• EXERCISE DETAILS
Quote exactly the lines spanning from the top of the data below to the line that contains "A parametric FreeCAD", including both.

• RECORDED INFORMATION
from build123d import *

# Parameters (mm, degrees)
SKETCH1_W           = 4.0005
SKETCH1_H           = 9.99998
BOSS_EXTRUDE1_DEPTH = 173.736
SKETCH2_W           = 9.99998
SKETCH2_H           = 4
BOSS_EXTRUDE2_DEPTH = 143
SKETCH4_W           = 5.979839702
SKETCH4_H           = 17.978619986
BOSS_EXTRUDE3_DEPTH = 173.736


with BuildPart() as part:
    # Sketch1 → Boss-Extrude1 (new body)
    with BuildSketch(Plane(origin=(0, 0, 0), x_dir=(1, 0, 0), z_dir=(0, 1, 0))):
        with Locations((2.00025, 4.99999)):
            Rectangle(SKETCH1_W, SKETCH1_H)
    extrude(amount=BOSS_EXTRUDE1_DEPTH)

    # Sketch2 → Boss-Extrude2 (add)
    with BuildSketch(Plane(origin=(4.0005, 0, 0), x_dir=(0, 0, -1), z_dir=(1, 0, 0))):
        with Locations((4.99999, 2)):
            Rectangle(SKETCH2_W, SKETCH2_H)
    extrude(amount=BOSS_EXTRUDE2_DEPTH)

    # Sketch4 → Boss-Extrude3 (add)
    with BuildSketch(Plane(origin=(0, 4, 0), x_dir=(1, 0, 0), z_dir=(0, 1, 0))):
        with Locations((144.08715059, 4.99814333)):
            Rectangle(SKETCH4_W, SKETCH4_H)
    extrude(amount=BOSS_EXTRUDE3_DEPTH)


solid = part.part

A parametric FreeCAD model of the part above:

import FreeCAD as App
import Part
import Sketcher

doc = App.newDocument("Part")
body = doc.addObject("PartDesign::Body", "Body")

sketch1 = body.newObject("Sketcher::SketchObject", "Sketch")
sketch1.AttachmentSupport = (doc.getObject("XZ_Plane"), [""])
sketch1.MapMode = "FlatFace"
sketch1.addGeometry([
    Part.LineSegment(App.Vector(0, -10, 0), App.Vector(0, 0, 0)),
    Part.LineSegment(App.Vector(0, 0, 0), App.Vector(4, 0, 0)),
    Part.LineSegment(App.Vector(4, 0, 0), App.Vector(4, -10, 0)),
    Part.LineSegment(App.Vector(4, -10, 0), App.Vector(0, -10, 0)),
], False)
sketch1.addConstraint([
    Sketcher.Constraint("Coincident", 0, 2, 1, 1),
    Sketcher.Constraint("Coincident", 1, 2, 2, 1),
    Sketcher.Constraint("Coincident", 2, 2, 3, 1),
    Sketcher.Constraint("Coincident", 3, 2, 0, 1),
    Sketcher.Constraint("Vertical", 0),
    Sketcher.Constraint("Horizontal", 1),
    Sketcher.Constraint("Vertical", 2),
    Sketcher.Constraint("Horizontal", 3),
    Sketcher.Constraint("Coincident", 0, 2, -1, 1),
    Sketcher.Constraint("DistanceX", 1, 1, 1, 2, 4.0005),
    Sketcher.Constraint("DistanceY", 0, 1, 0, 2, 9.99998),
])
pad1 = body.newObject("PartDesign::Pad", "Pad")
pad1.Profile = sketch1
pad1.Length = 173.736
pad1.Reversed = True

sketch2 = body.newObject("Sketcher::SketchObject", "Sketch001")
sketch2.AttachmentSupport = (doc.getObject("YZ_Plane"), [""])
sketch2.MapMode = "FlatFace"
sketch2.AttachmentOffset = App.Placement(App.Vector(0, 0, 4.0005), App.Rotation())
sketch2.addGeometry([
    Part.LineSegment(App.Vector(4, 0, 0), App.Vector(0, 0, 0)),
    Part.LineSegment(App.Vector(0, 0, 0), App.Vector(0, -10, 0)),
    Part.LineSegment(App.Vector(0, -10, 0), App.Vector(4, -10, 0)),
    Part.LineSegment(App.Vector(4, -10, 0), App.Vector(4, 0, 0)),
], False)
sketch2.addConstraint([
    Sketcher.Constraint("Coincident", 0, 2, 1, 1),
    Sketcher.Constraint("Coincident", 1, 2, 2, 1),
    Sketcher.Constraint("Coincident", 2, 2, 3, 1),
    Sketcher.Constraint("Coincident", 3, 2, 0, 1),
    Sketcher.Constraint("Horizontal", 0),
    Sketcher.Constraint("Vertical", 1),
    Sketcher.Constraint("Horizontal", 2),
    Sketcher.Constraint("Vertical", 3),
    Sketcher.Constraint("Coincident", 0, 2, -1, 1),
    Sketcher.Constraint("DistanceX", 0, 2, 0, 1, 4.0),
    Sketcher.Constraint("DistanceY", 1, 2, 1, 1, 9.99998),
])
pad2 = body.newObject("PartDesign::Pad", "Pad001")
pad2.Profile = sketch2
pad2.Length = 143

sketch3 = body.newObject("Sketcher::SketchObject", "Sketch002")
sketch3.AttachmentSupport = (doc.getObject("XZ_Plane"), [""])
sketch3.MapMode = "FlatFace"
sketch3.AttachmentOffset = App.Placement(App.Vector(0, 0, -4), App.Rotation())
sketch3.addGeometry([
    Part.LineSegment(App.Vector(141, -14, 0), App.Vector(141, 4, 0)),
    Part.LineSegment(App.Vector(141, 4, 0), App.Vector(147, 4, 0)),
    Part.LineSegment(App.Vector(147, 4, 0), App.Vector(147, -14, 0)),
    Part.LineSegment(App.Vector(147, -14, 0), App.Vector(141, -14, 0)),
], False)
sketch3.addConstraint([
    Sketcher.Constraint("Coincident", 0, 2, 1, 1),
    Sketcher.Constraint("Coincident", 1, 2, 2, 1),
    Sketcher.Constraint("Coincident", 2, 2, 3, 1),
    Sketcher.Constraint("Coincident", 3, 2, 0, 1),
    Sketcher.Constraint("Vertical", 0),
    Sketcher.Constraint("Horizontal", 1),
    Sketcher.Constraint("Vertical", 2),
    Sketcher.Constraint("Horizontal", 3),
    Sketcher.Constraint("DistanceX", 1, 1, 1, 2, 5.97984),
    Sketcher.Constraint("DistanceY", 0, 1, 0, 2, 17.97862),
    Sketcher.Constraint("DistanceX", -1, 1, 0, 2, 141.097231),
    Sketcher.Constraint("DistanceY", -1, 1, 0, 2, 3.991167),
])
pad3 = body.newObject("PartDesign::Pad", "Pad002")
pad3.Profile = sketch3
pad3.Length = 173.736
pad3.Reversed = True

doc.recompute()
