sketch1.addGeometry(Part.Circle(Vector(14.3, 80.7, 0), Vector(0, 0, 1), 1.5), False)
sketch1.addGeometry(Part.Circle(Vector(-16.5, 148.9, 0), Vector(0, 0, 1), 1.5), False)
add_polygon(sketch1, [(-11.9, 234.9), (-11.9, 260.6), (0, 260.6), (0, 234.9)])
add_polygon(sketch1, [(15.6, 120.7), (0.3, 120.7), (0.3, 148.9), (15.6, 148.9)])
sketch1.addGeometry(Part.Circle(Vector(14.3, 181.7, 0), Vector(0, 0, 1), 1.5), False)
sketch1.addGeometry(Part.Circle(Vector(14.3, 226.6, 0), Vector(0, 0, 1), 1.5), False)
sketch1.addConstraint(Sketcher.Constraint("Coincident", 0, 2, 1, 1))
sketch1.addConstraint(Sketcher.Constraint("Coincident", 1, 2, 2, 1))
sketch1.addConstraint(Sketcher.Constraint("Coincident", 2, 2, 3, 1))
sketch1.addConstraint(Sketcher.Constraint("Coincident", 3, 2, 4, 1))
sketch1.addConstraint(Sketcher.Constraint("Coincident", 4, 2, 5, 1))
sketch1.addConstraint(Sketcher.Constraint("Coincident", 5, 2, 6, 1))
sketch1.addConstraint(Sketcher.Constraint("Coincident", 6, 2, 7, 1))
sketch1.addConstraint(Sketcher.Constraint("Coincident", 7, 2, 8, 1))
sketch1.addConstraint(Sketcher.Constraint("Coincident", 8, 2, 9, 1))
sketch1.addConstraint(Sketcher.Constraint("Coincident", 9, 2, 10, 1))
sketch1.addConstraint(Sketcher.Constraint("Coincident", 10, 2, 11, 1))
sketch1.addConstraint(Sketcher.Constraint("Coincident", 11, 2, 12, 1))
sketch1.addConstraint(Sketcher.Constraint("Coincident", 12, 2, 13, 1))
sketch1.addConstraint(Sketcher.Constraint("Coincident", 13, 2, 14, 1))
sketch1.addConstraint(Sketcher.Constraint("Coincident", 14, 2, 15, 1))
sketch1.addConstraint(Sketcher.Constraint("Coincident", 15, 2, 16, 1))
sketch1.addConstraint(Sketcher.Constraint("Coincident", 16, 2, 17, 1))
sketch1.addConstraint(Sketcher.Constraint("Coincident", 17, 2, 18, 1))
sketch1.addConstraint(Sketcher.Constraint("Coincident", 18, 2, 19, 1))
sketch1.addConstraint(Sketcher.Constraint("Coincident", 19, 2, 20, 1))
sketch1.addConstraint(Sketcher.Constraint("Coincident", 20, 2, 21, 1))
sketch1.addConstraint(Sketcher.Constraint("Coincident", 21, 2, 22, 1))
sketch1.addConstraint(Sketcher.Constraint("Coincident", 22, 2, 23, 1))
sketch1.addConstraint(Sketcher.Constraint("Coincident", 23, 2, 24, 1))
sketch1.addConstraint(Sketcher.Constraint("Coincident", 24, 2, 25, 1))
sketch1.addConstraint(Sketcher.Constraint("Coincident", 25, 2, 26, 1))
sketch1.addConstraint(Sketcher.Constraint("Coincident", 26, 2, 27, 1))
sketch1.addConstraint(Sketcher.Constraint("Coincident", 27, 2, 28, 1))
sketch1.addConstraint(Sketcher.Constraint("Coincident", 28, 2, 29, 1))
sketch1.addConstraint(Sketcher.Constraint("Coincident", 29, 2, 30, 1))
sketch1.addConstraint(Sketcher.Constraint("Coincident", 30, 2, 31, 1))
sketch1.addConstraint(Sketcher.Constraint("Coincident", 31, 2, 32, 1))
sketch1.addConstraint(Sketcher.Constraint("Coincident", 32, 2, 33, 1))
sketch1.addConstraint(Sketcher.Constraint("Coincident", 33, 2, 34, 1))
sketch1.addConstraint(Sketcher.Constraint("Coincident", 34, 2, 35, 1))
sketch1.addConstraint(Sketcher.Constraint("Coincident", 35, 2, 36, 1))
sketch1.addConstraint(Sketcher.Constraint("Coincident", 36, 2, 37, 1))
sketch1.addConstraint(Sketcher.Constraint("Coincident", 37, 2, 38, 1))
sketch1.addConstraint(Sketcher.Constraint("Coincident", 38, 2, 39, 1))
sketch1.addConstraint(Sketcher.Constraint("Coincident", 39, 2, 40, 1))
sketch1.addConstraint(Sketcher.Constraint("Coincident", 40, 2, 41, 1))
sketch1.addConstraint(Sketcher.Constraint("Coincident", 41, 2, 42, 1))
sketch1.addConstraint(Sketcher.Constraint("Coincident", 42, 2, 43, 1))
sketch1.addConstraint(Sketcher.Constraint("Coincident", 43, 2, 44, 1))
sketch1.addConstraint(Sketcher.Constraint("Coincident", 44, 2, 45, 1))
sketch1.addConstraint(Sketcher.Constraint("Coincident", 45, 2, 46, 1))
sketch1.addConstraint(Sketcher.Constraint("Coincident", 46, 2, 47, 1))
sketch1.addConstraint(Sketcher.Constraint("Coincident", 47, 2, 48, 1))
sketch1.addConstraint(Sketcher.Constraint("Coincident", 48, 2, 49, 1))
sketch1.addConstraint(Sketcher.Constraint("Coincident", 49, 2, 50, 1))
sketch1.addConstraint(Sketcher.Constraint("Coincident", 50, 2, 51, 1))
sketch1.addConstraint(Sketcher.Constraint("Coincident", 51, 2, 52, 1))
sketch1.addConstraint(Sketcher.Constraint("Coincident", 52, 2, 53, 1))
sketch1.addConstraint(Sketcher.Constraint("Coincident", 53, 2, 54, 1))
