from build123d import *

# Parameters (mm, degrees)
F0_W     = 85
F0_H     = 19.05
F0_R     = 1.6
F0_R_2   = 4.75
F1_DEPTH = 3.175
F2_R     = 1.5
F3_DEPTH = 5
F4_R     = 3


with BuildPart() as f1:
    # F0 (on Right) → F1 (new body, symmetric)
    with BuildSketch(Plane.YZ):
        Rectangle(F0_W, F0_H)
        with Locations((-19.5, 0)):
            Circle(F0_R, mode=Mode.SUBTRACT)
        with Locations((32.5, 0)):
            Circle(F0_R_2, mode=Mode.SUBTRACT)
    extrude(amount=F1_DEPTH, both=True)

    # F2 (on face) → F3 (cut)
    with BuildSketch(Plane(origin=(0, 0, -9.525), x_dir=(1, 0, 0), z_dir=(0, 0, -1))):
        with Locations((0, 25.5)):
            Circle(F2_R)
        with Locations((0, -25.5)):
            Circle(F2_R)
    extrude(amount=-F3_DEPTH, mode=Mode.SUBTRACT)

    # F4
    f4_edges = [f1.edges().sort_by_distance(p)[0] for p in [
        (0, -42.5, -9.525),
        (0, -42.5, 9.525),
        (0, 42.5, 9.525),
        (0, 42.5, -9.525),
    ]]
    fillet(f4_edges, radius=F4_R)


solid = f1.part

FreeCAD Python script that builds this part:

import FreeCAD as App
import Part
import Sketcher

V = App.Vector


def edges_at(feature, points):
    """Names of the edges that pass closest to the given points."""
    edges = feature.Shape.Edges
    near = lambda p: min(range(len(edges)), key=lambda i: edges[i].distToShape(Part.Vertex(*p))[0])
    return sorted({f"Edge{near(p) + 1}" for p in points})

doc = App.newDocument("Part")
body = doc.addObject("PartDesign::Body", "Body")

sketch1 = body.newObject("Sketcher::SketchObject", "Sketch")
sketch1.AttachmentSupport = (doc.getObject("YZ_Plane"), [""])
sketch1.MapMode = "FlatFace"
sketch1.addGeometry(Part.LineSegment(V(-42.5, 9.5, 0), V(-42.5, -9.5, 0)), False)
sketch1.addGeometry(Part.LineSegment(V(-42.5, -9.5, 0), V(42.5, -9.5, 0)), False)
sketch1.addGeometry(Part.LineSegment(V(42.5, -9.5, 0), V(42.5, 9.5, 0)), False)
sketch1.addGeometry(Part.LineSegment(V(42.5, 9.5, 0), V(-42.5, 9.5, 0)), False)
sketch1.addGeometry(Part.Circle(V(-19.5, 0, 0), V(0, 0, 1), 1.6), False)
sketch1.addGeometry(Part.Circle(V(32.5, 0, 0), V(0, 0, 1), 4.8), False)
sketch1.addConstraint(Sketcher.Constraint("Coincident", 0, 2, 1, 1))
sketch1.addConstraint(Sketcher.Constraint("Coincident", 1, 2, 2, 1))
sketch1.addConstraint(Sketcher.Constraint("Coincident", 2, 2, 3, 1))
sketch1.addConstraint(Sketcher.Constraint("Coincident", 3, 2, 0, 1))
sketch1.addConstraint(Sketcher.Constraint("Vertical", 0))
sketch1.addConstraint(Sketcher.Constraint("Horizontal", 1))
sketch1.addConstraint(Sketcher.Constraint("Vertical", 2))
sketch1.addConstraint(Sketcher.Constraint("Horizontal", 3))
sketch1.addConstraint(Sketcher.Constraint("Symmetric", 0, 2, 2, 2, -1, 1))
sketch1.addConstraint(Sketcher.Constraint("PointOnObject", 4, 3, -1))
sketch1.addConstraint(Sketcher.Constraint("PointOnObject", 5, 3, -1))
sketch1.addConstraint(Sketcher.Constraint("Diameter", 4, 3.2))
sketch1.addConstraint(Sketcher.Constraint("Diameter", 5, 9.5))
sketch1.addConstraint(Sketcher.Constraint("DistanceX", 1, 1, 1, 2, 85.0))
sketch1.addConstraint(Sketcher.Constraint("DistanceX", 4, 3, 5, 3, 52.0))
sketch1.addConstraint(Sketcher.Constraint("DistanceX", 0, 2, 4, 3, 23.0))
sketch1.addConstraint(Sketcher.Constraint("DistanceY", 0, 2, 0, 1, 19.05))
pad1 = body.newObject("PartDesign::Pad", "Pad")
pad1.Profile = sketch1
pad1.Length = 6.35
pad1.Midplane = True

sketch2 = body.newObject("Sketcher::SketchObject", "Sketch001")
sketch2.AttachmentSupport = (doc.getObject("XY_Plane"), [""])
sketch2.MapMode = "FlatFace"
sketch2.AttachmentOffset = App.Placement(V(0, 0, -9.525), App.Rotation())
sketch2.addGeometry(Part.Circle(V(0, -25.5, 0), V(0, 0, 1), 1.5), False)
sketch2.addGeometry(Part.Circle(V(0, 25.5, 0), V(0, 0, 1), 1.5), False)
sketch2.addConstraint(Sketcher.Constraint("Equal", 0, 1))
sketch2.addConstraint(Sketcher.Constraint("Symmetric", 0, 3, 1, 3, -1, 1))
sketch2.addConstraint(Sketcher.Constraint("PointOnObject", 0, 3, -2))
sketch2.addConstraint(Sketcher.Constraint("Diameter", 0, 3.0))
sketch2.addConstraint(Sketcher.Constraint("DistanceY", 0, 3, 1, 3, 51.0))
pocket1 = body.newObject("PartDesign::Pocket", "Pocket")
pocket1.Profile = sketch2
pocket1.Length = 5
pocket1.Reversed = True
doc.recompute()

fillet = body.newObject("PartDesign::Fillet", "Fillet")
fillet.Base = (pocket1, edges_at(pocket1, [
    (0, -42.5, -9.525),
    (0, -42.5, 9.525),
    (0, 42.5, 9.525),
    (0, 42.5, -9.525),
]))
fillet.Radius = 3

doc.recompute()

• PROBLEM SOLUTION
from build123d import *

# Parameters (mm, degrees)
SKETCH1_W           = 4.0005
SKETCH1_H           = 9.99998
BOSS_EXTRUDE1_DEPTH = 173.736
SKETCH2_W           = 9.99998
SKETCH2_H           = 4
BOSS_EXTRUDE2_DEPTH = 143
SKETCH4_W           = 5.979839702
SKETCH4_H           = 17.978619986
BOSS_EXTRUDE3_DEPTH = 173.736


with BuildPart() as part:
    # Sketch1 → Boss-Extrude1 (new body)
    with BuildSketch(Plane(origin=(0, 0, 0), x_dir=(1, 0, 0), z_dir=(0, 1, 0))):
        with Locations((2.00025, 4.99999)):
            Rectangle(SKETCH1_W, SKETCH1_H)
    extrude(amount=BOSS_EXTRUDE1_DEPTH)

    # Sketch2 → Boss-Extrude2 (add)
    with BuildSketch(Plane(origin=(4.0005, 0, 0), x_dir=(0, 0, -1), z_dir=(1, 0, 0))):
        with Locations((4.99999, 2)):
            Rectangle(SKETCH2_W, SKETCH2_H)
    extrude(amount=BOSS_EXTRUDE2_DEPTH)

    # Sketch4 → Boss-Extrude3 (add)
    with BuildSketch(Plane(origin=(0, 4, 0), x_dir=(1, 0, 0), z_dir=(0, 1, 0))):
        with Locations((144.08715059, 4.99814333)):
            Rectangle(SKETCH4_W, SKETCH4_H)
    extrude(amount=BOSS_EXTRUDE3_DEPTH)


solid = part.part

A parametric FreeCAD model of the part above:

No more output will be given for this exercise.